**EXERCISE INSTRUCTIONS:**
If a line in the listing below includes the word "VECTOR", pick it out.

____________

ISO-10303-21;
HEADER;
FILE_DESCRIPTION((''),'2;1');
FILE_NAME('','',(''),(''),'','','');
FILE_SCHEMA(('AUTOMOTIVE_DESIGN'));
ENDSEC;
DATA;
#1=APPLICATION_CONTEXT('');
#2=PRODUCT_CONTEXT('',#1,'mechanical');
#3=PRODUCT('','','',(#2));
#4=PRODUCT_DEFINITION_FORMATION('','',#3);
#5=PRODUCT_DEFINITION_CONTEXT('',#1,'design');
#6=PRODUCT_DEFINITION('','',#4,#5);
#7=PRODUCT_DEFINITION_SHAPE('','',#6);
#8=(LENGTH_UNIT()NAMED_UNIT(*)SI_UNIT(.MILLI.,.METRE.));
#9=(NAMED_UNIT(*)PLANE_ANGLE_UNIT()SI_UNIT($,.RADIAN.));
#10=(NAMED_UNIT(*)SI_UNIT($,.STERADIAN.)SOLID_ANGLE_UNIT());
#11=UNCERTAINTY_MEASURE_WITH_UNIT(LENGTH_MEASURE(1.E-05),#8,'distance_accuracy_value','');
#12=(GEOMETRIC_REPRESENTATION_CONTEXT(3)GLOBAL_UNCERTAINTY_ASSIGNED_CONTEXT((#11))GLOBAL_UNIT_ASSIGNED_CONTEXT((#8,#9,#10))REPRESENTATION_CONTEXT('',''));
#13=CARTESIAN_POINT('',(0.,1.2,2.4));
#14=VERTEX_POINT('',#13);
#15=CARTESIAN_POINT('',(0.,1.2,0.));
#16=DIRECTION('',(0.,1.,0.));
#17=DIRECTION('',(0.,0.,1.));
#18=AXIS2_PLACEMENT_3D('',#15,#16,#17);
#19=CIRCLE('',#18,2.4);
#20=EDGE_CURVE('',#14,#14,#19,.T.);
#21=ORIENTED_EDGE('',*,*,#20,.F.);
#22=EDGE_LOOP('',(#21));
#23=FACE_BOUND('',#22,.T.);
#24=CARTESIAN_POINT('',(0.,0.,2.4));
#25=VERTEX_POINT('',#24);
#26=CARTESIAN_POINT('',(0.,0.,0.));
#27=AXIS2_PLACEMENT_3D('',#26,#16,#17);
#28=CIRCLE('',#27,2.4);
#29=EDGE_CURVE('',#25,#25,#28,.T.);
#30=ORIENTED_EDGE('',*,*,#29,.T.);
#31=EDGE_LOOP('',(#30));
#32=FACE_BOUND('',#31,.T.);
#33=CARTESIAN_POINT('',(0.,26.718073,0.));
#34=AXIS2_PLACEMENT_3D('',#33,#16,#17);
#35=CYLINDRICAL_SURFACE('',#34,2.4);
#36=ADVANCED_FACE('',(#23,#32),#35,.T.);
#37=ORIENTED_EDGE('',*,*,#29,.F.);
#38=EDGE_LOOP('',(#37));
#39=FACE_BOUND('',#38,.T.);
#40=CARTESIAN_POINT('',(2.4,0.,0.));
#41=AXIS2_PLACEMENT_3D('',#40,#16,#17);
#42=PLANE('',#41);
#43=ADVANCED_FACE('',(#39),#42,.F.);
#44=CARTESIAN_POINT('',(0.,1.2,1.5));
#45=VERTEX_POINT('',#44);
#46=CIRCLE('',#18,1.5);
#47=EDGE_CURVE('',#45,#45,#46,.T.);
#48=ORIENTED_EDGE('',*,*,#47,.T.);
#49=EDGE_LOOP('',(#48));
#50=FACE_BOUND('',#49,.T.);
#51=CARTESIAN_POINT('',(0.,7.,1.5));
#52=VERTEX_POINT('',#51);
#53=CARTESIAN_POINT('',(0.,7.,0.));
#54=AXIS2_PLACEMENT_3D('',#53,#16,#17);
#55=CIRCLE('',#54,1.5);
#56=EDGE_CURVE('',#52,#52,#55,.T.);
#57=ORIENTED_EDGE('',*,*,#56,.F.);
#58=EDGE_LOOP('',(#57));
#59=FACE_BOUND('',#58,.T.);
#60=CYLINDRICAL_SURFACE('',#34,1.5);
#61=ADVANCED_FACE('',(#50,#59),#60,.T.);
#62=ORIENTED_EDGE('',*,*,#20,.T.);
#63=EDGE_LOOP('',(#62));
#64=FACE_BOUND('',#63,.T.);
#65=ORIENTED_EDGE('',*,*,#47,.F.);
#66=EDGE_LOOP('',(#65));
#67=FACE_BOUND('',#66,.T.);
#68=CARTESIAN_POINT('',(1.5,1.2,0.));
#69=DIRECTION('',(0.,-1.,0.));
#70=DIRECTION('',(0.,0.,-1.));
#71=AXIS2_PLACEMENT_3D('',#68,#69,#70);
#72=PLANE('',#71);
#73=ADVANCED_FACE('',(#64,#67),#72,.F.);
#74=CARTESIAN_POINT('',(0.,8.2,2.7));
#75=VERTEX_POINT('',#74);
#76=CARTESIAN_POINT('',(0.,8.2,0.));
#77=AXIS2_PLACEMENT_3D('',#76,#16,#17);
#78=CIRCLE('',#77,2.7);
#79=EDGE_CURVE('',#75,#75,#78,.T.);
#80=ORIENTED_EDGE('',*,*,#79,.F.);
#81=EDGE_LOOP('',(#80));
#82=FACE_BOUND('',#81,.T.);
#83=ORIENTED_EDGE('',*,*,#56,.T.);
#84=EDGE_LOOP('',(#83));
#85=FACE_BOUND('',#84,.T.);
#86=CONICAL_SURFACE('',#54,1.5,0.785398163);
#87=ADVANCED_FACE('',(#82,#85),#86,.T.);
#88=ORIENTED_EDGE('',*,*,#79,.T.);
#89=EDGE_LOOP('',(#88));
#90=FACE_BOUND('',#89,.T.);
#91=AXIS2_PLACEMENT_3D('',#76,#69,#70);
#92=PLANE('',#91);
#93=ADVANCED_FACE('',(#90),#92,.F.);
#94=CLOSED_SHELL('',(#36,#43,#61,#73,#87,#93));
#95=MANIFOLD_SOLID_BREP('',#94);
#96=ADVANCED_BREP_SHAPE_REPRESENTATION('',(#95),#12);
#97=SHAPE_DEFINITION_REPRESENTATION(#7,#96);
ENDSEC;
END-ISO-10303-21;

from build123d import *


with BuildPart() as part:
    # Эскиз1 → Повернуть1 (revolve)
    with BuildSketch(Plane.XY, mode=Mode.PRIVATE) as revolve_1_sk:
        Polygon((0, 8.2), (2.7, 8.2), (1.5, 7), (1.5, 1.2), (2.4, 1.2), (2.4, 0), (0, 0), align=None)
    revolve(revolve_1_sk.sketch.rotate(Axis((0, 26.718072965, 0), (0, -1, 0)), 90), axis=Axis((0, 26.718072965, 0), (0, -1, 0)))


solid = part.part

____________

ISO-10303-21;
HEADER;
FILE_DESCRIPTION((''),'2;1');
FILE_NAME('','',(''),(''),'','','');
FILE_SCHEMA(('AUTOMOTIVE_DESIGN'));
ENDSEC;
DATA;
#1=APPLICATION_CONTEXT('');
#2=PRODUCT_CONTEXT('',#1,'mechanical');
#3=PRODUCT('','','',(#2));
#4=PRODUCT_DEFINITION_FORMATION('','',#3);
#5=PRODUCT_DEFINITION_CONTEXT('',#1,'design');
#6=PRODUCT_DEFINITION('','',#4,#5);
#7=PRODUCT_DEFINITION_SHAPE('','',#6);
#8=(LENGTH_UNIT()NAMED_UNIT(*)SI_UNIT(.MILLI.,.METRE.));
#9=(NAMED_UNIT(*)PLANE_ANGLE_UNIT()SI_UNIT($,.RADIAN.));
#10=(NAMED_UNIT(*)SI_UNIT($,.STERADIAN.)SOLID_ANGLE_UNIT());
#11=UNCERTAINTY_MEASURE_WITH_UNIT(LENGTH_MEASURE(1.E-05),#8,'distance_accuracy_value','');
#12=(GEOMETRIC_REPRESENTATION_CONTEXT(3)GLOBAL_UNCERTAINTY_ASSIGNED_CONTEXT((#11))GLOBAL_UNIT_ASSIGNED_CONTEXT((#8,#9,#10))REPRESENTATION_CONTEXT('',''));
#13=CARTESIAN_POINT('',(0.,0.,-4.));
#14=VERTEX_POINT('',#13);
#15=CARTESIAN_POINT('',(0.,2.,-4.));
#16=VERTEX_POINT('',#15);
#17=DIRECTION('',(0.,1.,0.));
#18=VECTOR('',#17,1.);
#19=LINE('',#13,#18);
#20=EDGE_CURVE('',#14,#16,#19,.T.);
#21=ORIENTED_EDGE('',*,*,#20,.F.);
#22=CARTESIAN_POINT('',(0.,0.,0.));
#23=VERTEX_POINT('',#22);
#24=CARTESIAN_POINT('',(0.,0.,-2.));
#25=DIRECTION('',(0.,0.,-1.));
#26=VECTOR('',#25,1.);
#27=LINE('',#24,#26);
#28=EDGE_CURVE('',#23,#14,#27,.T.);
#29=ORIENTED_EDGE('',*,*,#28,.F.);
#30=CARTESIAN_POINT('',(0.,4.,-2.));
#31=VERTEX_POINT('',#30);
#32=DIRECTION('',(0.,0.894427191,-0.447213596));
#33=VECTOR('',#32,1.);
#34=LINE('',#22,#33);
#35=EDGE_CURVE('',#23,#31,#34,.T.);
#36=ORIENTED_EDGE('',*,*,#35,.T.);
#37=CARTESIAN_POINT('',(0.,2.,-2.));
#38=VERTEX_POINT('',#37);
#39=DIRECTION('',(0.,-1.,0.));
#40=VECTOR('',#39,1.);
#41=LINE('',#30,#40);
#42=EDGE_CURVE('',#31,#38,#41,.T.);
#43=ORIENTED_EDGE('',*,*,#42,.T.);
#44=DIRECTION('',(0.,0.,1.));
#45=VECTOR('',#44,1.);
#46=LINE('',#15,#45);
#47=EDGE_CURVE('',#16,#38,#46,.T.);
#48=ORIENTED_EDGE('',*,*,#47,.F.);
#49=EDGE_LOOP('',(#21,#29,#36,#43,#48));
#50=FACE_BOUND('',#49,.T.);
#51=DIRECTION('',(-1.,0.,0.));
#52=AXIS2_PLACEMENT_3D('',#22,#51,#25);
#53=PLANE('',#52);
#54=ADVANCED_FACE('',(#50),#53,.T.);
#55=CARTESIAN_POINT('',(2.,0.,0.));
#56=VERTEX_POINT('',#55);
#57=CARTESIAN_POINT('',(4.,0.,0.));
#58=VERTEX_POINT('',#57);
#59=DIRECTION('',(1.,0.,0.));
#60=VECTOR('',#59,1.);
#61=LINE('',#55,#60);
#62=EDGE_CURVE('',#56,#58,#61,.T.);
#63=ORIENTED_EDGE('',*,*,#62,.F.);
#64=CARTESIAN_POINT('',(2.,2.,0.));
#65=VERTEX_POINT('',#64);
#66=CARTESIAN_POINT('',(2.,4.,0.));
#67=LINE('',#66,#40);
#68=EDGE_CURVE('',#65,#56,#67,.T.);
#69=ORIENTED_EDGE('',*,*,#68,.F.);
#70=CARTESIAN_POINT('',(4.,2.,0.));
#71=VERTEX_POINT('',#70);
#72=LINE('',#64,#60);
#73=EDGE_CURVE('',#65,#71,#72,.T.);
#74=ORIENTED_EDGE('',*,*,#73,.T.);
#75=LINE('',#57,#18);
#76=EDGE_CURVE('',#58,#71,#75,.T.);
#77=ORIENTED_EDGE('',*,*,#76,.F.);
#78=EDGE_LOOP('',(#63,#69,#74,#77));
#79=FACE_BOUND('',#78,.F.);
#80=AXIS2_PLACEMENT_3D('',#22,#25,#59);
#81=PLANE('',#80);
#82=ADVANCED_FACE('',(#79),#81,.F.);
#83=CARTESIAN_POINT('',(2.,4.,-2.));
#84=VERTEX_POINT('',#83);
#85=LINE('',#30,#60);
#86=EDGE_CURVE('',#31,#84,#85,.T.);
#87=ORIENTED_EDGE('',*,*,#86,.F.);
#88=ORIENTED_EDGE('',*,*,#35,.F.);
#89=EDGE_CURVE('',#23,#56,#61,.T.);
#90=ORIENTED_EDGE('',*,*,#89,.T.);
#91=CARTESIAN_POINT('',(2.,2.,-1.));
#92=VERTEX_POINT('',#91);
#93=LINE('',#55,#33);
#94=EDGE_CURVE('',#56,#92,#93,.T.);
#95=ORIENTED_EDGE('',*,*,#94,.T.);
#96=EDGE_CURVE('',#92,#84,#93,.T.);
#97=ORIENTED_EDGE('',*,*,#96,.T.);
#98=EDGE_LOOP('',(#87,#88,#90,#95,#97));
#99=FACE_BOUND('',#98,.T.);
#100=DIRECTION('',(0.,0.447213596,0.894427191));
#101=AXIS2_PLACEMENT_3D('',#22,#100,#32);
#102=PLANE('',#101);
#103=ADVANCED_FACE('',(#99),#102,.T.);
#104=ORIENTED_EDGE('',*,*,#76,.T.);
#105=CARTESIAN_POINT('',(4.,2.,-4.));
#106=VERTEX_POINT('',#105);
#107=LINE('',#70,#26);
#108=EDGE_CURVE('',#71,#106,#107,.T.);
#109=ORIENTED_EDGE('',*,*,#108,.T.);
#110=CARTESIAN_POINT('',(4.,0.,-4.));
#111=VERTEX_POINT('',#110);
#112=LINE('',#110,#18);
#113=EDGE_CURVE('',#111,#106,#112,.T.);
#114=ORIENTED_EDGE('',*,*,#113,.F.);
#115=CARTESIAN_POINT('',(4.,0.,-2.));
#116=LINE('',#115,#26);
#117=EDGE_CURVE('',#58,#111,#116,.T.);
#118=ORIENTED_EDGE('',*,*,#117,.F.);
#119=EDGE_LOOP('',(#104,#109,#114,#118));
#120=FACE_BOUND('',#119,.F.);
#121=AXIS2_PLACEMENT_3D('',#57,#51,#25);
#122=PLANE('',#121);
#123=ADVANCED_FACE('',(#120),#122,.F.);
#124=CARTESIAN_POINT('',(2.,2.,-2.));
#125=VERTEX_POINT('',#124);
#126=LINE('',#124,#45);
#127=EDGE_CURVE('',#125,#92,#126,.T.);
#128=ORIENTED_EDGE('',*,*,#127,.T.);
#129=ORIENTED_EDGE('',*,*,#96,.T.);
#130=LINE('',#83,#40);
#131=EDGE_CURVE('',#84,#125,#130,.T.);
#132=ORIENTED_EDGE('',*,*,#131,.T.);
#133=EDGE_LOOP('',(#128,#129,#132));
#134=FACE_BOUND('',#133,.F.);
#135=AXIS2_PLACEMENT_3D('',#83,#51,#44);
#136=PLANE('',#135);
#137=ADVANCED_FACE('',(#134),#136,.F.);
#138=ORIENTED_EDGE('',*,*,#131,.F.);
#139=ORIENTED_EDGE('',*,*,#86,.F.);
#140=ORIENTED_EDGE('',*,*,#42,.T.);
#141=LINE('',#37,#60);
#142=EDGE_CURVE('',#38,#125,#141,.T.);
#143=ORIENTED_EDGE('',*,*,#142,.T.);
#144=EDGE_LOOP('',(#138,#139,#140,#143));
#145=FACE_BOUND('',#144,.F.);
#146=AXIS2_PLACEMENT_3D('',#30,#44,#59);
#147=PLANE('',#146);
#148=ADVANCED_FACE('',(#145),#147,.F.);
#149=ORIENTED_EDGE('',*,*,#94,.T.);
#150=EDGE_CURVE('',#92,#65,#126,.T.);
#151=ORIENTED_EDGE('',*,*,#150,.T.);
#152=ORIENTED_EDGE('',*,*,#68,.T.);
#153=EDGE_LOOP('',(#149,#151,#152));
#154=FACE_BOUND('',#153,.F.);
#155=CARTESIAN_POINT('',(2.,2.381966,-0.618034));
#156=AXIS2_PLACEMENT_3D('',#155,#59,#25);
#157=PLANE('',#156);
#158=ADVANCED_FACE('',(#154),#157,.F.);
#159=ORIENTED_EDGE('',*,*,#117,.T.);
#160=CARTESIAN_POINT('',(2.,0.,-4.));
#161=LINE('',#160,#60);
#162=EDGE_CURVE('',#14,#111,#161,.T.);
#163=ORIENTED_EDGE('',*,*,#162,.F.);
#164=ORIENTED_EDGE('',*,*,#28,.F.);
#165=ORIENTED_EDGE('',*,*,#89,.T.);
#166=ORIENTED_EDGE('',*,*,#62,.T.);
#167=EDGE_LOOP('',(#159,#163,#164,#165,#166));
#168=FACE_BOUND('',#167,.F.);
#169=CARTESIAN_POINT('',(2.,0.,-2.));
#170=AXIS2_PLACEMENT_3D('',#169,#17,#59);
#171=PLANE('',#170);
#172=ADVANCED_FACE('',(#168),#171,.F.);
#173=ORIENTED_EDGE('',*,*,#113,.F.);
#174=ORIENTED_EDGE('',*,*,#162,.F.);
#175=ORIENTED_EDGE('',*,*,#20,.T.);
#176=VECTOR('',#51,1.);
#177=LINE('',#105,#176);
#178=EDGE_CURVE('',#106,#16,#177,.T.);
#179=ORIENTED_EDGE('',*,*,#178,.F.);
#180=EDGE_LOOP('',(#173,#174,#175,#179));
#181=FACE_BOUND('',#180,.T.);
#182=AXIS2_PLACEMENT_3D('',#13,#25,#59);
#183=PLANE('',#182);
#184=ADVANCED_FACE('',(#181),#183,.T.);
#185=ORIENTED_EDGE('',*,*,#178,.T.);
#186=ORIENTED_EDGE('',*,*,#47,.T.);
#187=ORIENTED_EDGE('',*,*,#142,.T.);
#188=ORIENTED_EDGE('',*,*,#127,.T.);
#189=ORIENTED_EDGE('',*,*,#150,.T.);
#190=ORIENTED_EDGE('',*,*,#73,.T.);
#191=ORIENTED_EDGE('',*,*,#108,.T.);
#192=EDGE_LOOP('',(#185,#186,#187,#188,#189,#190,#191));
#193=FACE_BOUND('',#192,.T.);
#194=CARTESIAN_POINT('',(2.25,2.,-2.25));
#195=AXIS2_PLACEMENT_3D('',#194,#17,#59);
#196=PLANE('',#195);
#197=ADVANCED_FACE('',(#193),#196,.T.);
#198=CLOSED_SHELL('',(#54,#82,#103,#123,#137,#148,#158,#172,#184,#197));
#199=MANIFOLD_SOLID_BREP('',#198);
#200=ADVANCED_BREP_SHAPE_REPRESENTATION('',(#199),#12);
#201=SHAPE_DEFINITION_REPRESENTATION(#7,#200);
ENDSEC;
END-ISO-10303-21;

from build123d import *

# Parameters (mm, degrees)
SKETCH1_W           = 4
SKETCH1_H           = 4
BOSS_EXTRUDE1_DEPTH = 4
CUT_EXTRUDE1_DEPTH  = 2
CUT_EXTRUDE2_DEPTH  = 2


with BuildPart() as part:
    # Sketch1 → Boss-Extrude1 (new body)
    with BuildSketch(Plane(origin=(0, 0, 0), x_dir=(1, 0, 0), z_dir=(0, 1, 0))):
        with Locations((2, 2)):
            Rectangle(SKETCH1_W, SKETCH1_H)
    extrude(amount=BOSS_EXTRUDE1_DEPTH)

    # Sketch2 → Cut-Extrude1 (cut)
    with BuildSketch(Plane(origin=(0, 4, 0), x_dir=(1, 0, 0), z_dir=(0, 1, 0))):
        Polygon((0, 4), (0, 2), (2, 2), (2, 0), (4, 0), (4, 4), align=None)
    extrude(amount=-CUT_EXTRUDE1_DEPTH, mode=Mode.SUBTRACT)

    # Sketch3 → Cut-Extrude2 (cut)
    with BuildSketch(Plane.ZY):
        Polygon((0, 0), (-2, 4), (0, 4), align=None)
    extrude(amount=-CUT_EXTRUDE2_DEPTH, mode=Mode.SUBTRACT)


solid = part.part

____________

**TASK RESULT:**
#18=VECTOR('',#17,1.);
#26=VECTOR('',#25,1.);
#33=VECTOR('',#32,1.);
#40=VECTOR('',#39,1.);
#45=VECTOR('',#44,1.);
#60=VECTOR('',#59,1.);
#176=VECTOR('',#51,1.);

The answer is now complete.